◆ Goal of the exercise: Below are some entries. Repeat exactly the lines from the one with "solid = part.part" through the one with "The same part", and only those.

◆ Raw data:
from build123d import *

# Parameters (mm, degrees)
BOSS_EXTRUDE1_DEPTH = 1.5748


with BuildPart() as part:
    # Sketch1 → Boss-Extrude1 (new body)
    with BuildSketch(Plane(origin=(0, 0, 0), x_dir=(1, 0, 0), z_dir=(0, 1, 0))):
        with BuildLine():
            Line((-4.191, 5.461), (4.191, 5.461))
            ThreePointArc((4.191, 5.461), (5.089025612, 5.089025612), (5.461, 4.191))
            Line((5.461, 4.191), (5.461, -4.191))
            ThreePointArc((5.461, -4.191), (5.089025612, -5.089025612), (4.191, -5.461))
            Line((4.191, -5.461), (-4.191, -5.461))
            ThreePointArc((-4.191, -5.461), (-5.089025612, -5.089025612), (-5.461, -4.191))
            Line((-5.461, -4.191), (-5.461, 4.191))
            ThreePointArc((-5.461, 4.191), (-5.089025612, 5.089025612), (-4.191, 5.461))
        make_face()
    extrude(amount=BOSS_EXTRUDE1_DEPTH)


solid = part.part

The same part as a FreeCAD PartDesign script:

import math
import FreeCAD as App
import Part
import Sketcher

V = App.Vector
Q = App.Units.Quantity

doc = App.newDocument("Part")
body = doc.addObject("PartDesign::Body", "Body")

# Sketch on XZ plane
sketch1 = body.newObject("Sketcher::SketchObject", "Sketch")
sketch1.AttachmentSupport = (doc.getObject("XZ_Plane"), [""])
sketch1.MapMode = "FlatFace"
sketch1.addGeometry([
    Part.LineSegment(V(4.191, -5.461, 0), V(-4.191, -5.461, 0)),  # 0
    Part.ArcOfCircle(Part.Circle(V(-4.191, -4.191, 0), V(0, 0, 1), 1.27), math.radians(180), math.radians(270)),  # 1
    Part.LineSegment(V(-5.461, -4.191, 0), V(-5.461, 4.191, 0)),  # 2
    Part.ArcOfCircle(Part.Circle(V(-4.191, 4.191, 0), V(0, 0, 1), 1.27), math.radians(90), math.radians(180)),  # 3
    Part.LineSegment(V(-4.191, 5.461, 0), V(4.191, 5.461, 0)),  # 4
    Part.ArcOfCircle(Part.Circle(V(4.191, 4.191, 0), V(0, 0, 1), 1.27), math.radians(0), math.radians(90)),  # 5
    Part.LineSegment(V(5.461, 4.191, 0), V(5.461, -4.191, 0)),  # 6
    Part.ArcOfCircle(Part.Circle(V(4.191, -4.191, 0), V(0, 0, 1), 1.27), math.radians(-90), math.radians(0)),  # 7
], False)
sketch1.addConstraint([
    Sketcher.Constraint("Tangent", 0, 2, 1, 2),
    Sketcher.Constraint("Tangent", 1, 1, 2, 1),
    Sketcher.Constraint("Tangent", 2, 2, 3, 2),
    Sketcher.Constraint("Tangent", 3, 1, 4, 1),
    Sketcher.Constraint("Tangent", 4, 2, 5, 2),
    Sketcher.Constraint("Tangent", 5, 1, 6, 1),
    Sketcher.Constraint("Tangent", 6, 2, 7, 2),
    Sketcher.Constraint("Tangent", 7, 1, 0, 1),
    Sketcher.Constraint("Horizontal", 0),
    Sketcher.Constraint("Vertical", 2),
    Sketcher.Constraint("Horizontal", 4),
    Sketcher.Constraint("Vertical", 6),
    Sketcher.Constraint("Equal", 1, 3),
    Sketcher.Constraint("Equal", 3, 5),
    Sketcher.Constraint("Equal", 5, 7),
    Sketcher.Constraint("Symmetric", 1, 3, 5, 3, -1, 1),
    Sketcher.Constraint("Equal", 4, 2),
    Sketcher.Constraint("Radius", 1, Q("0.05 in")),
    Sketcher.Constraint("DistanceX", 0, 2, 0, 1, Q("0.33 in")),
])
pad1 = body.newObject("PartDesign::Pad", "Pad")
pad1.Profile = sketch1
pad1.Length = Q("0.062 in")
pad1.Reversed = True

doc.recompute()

◆ Written solution:
solid = part.part

The same part as a FreeCAD PartDesign script:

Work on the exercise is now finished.